Given numpy arrays a and b, it is fairly straightforward find the indices of array a whose elements overlap with the elements of array b using the function numpy.in1d(). However, what if you want to also find the indices associated with elements in b that overlap with a? I’m unable to find a good solution to this, so I wrote a small function to do this. It does brute force matching after getting all the common elements of array a and b. If anyone knows of a better way, please let me know. The code snippet is below.
import numpy as np
def overlap(a, b):
# return the indices in a that overlap with b, also returns
# the corresponding index in b only works if both a and b are unique!
# This is not very efficient but it works
bool_a = np.in1d(a,b)
ind_a = np.arange(len(a))
ind_a = ind_a[bool_a]
ind_b = np.array([np.argwhere(b == a[x]) for x in ind_a]).flatten()
return ind_a,ind_b
Usage:
import overlap a = np.array([1,2,4,5]) b = np.array([4,6,10,9,1]) ind_a, ind_b = overlap.overlap(a,b)
UPDATE (2016-09-28): Based on comments from Mike (see below), there is different way to do this to account for non-unique elements. This also likely runs faster too. His suggestion is below:
def overlap_mbk(a, b):
a1=np.argsort(a)
b1=np.argsort(b)
# use searchsorted:
sort_left_a=a[a1].searchsorted(b[b1], side='left')
sort_right_a=a[a1].searchsorted(b[b1], side='right')
#
sort_left_b=b[b1].searchsorted(a[a1], side='left')
sort_right_b=b[b1].searchsorted(a[a1], side='right')
# # which values are in b but not in a?
# inds_b=(sort_right_a-sort_left_a == 0).nonzero()[0]
# # which values are in b but not in a?
# inds_a=(sort_right_b-sort_left_b == 0).nonzero()[0]
# which values of b are also in a?
inds_b=(sort_right_a-sort_left_a > 0).nonzero()[0]
# which values of a are also in b?
inds_a=(sort_right_b-sort_left_b > 0).nonzero()[0]
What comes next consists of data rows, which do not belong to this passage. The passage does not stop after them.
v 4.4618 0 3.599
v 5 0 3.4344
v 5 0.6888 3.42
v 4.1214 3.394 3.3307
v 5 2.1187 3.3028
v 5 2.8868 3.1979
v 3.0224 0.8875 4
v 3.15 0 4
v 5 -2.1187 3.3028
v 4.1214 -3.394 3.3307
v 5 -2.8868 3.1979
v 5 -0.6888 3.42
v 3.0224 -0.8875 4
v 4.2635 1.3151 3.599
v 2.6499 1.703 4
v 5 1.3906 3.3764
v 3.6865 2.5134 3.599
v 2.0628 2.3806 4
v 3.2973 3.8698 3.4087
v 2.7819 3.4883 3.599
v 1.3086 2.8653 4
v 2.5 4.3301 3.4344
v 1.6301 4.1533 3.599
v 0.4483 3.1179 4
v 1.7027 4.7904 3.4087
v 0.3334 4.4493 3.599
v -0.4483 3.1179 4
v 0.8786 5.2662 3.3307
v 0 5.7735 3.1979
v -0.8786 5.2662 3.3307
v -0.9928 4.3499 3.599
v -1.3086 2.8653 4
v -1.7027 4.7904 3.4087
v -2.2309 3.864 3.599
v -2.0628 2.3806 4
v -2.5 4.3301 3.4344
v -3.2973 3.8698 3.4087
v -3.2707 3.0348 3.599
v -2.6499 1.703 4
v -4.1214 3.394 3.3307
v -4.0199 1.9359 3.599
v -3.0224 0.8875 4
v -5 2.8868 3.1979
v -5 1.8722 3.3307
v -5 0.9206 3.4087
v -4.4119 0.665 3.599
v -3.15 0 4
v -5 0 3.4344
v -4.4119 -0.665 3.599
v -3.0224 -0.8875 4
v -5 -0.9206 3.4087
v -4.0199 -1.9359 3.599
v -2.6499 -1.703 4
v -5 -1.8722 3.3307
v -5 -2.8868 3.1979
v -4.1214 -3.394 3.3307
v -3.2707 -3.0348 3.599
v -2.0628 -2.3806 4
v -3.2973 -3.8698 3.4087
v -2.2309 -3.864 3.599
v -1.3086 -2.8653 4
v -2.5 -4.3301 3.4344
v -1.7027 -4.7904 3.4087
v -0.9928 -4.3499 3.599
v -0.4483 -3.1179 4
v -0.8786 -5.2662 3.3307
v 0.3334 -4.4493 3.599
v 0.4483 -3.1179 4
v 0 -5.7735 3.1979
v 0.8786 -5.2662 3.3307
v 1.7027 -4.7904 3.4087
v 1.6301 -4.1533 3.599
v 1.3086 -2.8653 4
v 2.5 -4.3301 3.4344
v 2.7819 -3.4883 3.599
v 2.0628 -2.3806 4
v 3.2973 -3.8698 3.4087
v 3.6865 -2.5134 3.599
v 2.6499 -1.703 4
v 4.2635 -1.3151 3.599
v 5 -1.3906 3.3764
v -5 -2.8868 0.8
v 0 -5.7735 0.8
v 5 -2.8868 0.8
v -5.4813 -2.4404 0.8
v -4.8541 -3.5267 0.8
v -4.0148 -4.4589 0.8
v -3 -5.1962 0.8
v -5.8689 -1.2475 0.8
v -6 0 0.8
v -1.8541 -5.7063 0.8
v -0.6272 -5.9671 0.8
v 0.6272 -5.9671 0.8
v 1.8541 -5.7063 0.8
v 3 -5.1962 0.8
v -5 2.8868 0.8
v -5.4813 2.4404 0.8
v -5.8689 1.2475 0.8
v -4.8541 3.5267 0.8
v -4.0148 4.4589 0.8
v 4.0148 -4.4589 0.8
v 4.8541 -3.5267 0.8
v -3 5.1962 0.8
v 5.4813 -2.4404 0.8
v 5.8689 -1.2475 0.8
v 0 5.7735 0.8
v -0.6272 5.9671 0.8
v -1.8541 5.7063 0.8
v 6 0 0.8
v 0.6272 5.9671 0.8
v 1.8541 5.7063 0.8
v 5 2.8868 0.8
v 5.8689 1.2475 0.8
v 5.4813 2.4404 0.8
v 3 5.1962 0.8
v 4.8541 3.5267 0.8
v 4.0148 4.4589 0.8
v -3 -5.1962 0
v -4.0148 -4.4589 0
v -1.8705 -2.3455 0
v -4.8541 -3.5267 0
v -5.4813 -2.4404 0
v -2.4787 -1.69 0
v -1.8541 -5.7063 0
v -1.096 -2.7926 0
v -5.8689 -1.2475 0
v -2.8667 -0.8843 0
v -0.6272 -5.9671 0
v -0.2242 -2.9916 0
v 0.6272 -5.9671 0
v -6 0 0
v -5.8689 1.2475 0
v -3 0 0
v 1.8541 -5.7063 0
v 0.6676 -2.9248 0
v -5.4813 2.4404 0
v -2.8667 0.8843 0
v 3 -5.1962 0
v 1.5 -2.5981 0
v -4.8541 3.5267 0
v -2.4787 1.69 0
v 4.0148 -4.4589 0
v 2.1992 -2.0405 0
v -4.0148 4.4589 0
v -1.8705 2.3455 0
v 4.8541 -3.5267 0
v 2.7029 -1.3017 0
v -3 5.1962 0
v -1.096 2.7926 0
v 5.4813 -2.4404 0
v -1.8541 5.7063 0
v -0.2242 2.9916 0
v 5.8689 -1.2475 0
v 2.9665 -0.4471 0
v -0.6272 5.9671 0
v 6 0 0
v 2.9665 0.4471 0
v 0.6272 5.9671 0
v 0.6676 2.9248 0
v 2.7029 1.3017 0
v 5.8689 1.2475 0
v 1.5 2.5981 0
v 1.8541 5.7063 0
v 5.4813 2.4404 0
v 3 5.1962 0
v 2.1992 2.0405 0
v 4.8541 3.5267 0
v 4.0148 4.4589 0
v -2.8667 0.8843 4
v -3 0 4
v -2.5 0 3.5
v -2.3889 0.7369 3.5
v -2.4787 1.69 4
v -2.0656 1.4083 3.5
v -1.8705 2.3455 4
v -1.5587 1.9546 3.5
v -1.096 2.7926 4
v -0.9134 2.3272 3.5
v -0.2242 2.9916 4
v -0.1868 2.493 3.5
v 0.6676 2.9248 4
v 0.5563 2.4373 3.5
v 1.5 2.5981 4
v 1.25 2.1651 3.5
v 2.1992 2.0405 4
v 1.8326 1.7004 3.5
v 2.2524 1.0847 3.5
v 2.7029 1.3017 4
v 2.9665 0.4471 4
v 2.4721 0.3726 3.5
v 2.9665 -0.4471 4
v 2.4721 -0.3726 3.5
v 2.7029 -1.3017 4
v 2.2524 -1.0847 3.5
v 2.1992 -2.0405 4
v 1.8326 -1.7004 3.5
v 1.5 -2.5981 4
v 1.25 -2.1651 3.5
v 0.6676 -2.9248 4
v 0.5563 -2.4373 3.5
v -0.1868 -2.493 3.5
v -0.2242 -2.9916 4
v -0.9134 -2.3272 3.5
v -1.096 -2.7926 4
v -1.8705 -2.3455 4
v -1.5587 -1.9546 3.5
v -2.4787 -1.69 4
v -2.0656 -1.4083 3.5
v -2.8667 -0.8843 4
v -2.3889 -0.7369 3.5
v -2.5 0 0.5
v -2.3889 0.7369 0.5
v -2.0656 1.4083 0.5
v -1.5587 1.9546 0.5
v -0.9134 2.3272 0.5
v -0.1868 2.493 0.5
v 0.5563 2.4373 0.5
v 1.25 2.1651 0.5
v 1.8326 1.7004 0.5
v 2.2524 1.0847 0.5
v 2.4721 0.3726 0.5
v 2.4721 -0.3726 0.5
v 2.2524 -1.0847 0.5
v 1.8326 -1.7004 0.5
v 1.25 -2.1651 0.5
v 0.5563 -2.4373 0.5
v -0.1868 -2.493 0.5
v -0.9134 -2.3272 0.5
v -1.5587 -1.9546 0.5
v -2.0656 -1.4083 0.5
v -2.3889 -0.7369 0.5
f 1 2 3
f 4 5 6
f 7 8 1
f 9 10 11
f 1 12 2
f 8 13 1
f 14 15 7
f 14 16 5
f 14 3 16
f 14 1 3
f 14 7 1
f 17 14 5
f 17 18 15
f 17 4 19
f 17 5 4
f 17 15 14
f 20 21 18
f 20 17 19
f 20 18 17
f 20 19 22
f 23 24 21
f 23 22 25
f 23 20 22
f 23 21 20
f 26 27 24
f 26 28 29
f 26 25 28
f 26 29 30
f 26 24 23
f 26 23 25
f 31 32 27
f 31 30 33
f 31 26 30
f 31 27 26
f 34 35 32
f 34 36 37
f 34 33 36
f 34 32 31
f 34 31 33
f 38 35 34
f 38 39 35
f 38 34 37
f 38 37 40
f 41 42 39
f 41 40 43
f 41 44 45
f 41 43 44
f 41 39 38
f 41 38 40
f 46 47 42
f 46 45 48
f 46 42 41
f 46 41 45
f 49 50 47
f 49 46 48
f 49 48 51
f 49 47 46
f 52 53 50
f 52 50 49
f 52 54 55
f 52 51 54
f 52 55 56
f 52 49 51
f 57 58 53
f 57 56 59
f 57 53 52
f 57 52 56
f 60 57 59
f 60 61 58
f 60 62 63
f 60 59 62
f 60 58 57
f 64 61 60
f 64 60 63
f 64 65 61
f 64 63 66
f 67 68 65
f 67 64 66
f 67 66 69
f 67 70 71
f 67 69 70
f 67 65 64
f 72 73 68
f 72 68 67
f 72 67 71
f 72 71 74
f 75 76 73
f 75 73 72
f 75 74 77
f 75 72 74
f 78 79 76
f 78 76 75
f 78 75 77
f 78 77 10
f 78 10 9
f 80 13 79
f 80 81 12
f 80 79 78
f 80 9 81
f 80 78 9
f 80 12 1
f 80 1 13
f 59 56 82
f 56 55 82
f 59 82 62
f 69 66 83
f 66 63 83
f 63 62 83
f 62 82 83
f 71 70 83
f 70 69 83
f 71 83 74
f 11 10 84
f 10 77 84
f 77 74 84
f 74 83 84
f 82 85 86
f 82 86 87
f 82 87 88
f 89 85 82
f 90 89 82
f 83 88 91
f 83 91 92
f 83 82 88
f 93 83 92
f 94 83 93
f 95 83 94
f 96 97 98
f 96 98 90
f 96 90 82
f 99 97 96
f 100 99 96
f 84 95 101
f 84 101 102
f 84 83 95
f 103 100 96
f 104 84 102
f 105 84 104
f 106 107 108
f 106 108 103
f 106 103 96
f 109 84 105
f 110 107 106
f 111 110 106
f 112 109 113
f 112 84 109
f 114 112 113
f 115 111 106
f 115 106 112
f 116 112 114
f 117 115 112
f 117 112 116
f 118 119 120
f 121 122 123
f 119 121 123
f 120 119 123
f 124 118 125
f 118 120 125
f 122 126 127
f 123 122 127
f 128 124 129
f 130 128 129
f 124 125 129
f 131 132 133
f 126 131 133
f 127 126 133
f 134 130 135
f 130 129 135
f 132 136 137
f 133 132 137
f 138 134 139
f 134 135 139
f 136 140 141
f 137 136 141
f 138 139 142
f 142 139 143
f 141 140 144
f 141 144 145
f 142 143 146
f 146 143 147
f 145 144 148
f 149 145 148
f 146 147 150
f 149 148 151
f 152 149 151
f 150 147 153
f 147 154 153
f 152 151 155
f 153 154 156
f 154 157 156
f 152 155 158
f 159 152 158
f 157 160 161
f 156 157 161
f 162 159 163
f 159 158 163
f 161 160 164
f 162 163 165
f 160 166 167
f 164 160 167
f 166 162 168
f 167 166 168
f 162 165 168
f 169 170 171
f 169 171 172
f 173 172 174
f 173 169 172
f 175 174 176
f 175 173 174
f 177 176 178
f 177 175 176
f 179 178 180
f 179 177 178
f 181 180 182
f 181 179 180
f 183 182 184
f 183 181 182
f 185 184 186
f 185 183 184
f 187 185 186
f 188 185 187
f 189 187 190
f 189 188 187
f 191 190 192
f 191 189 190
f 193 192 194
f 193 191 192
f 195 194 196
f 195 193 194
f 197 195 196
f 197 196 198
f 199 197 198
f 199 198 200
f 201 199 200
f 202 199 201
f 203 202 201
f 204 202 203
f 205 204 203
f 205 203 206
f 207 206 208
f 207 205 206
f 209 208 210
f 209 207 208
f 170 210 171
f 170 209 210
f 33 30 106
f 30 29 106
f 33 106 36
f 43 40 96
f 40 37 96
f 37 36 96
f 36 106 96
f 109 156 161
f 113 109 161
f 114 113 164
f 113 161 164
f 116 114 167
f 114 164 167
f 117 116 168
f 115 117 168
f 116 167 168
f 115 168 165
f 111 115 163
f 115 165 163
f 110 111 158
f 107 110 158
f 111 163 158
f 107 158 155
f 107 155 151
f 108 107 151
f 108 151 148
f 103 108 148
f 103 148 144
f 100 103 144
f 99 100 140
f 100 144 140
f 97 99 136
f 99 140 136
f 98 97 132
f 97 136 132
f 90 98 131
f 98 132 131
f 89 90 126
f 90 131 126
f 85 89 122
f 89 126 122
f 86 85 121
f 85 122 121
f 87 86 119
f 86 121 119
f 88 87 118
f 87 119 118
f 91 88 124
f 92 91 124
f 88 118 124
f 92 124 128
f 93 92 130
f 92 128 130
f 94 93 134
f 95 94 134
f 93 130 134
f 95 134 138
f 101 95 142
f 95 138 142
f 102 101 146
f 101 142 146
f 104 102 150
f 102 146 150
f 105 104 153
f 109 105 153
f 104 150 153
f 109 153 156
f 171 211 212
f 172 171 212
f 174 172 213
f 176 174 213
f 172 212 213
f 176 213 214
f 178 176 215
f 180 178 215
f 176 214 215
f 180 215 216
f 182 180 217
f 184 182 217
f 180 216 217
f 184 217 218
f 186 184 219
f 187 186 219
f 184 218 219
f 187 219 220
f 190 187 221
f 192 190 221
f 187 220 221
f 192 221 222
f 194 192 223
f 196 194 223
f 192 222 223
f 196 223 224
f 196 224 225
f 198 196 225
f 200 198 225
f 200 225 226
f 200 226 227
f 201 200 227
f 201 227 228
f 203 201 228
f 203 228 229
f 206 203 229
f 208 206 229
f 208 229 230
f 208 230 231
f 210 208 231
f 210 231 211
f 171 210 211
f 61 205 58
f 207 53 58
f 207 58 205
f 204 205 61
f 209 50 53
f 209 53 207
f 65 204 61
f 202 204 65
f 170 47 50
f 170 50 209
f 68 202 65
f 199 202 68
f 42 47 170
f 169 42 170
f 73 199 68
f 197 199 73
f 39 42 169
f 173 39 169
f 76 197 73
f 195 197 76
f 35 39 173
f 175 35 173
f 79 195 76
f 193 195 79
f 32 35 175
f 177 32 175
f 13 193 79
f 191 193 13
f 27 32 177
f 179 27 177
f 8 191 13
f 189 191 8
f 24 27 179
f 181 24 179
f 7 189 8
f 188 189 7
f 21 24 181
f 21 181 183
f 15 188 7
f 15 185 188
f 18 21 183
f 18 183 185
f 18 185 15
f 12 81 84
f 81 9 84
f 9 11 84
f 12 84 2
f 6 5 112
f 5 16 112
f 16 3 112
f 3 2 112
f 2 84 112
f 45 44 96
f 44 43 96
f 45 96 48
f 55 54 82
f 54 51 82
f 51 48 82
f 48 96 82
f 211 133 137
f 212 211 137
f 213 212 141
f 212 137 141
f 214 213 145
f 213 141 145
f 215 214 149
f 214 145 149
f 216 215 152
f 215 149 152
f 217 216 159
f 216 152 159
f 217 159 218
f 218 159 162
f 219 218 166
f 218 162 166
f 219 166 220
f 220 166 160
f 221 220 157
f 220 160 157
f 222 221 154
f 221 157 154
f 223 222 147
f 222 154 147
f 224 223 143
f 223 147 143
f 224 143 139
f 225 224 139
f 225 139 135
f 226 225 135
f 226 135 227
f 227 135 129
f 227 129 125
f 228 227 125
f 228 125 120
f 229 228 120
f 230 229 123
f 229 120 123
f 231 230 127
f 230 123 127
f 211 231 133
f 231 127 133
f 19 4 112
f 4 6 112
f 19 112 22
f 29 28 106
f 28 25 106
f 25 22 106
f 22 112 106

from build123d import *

# Parameters (mm, degrees)
SKETCH_1_R          = 6
EXTRUDE_1_DEPTH     = 0.8
EXTRUDE_2_DEPTH     = 3.2
SKETCH_3_OUTSIDE_W  = 38.42
SKETCH_3_OUTSIDE_H  = 38.42
SKETCH_3_OUTSIDE_R  = 3.15
CUT_EXTRUDE_1_DEPTH = 3.2
CUT_EXTRUDE_1_DRAFT = -73
HOLE_WIZARD_M61_D   = 5
CHAMFER_1_SIZE      = 0.5
CHAMFER_2_SIZE      = 0.5


with BuildPart() as part:
    # Эскиз1 → Бобышка-Вытянуть1 (new body)
    with BuildSketch(Plane.XY):
        Circle(SKETCH_1_R)
    extrude(amount=EXTRUDE_1_DEPTH)

    # Эскиз2 → Бобышка-Вытянуть2 (add)
    with BuildSketch(Plane.XY.offset(0.8)):
        Polygon((0, 5.773502692), (-5, 2.886751346), (-5, -2.886751346), (0, -5.773502692), (5, -2.886751346), (5, 2.886751346), align=None)
    extrude(amount=EXTRUDE_2_DEPTH)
return a1[inds_a], b1[inds_b]
This isn’t rigorously tested, but using numpy’s searchsorted method can do this quickly for non-unique inputs, too. Here’s some some sample code (along with commented out code that will do the same thing for fining elements not in common) that runs ~3x faster for the example you gave. Hope it’s useful.
%timeit -n 10000 overlap(a,b)
10000 loops, best of 3: 28.3 µs per loop
%timeit -n 10000 overlap_mbk(a,b)
10000 loops, best of 3: 8.68 µs per loop
def overlap_mbk(a, b):
a1=np.argsort(a)
b1=np.argsort(b)
# use searchsorted:
sort_left_a=a[a1].searchsorted(b[b1], side=’left’)
sort_right_a=a[a1].searchsorted(b[b1], side=’right’)
#
sort_left_b=b[b1].searchsorted(a[a1], side=’left’)
sort_right_b=b[b1].searchsorted(a[a1], side=’right’)
# # which values are in b but not in a?
# inds_b=(sort_right_a-sort_left_a == 0).nonzero()[0]
# # which values are in b but not in a?
# inds_a=(sort_right_b-sort_left_b == 0).nonzero()[0]
# which values of b are also in a?
inds_b=(sort_right_a-sort_left_a > 0).nonzero()[0]
# which values of a are also in b?
inds_a=(sort_right_b-sort_left_b > 0).nonzero()[0]
return a1[inds_a], b1[inds_b]
Thanks Mike! It’s great this works faster and for non-unique arrays. For my use case, I needed the elements to match one-to-one, so non-unique values are a problem.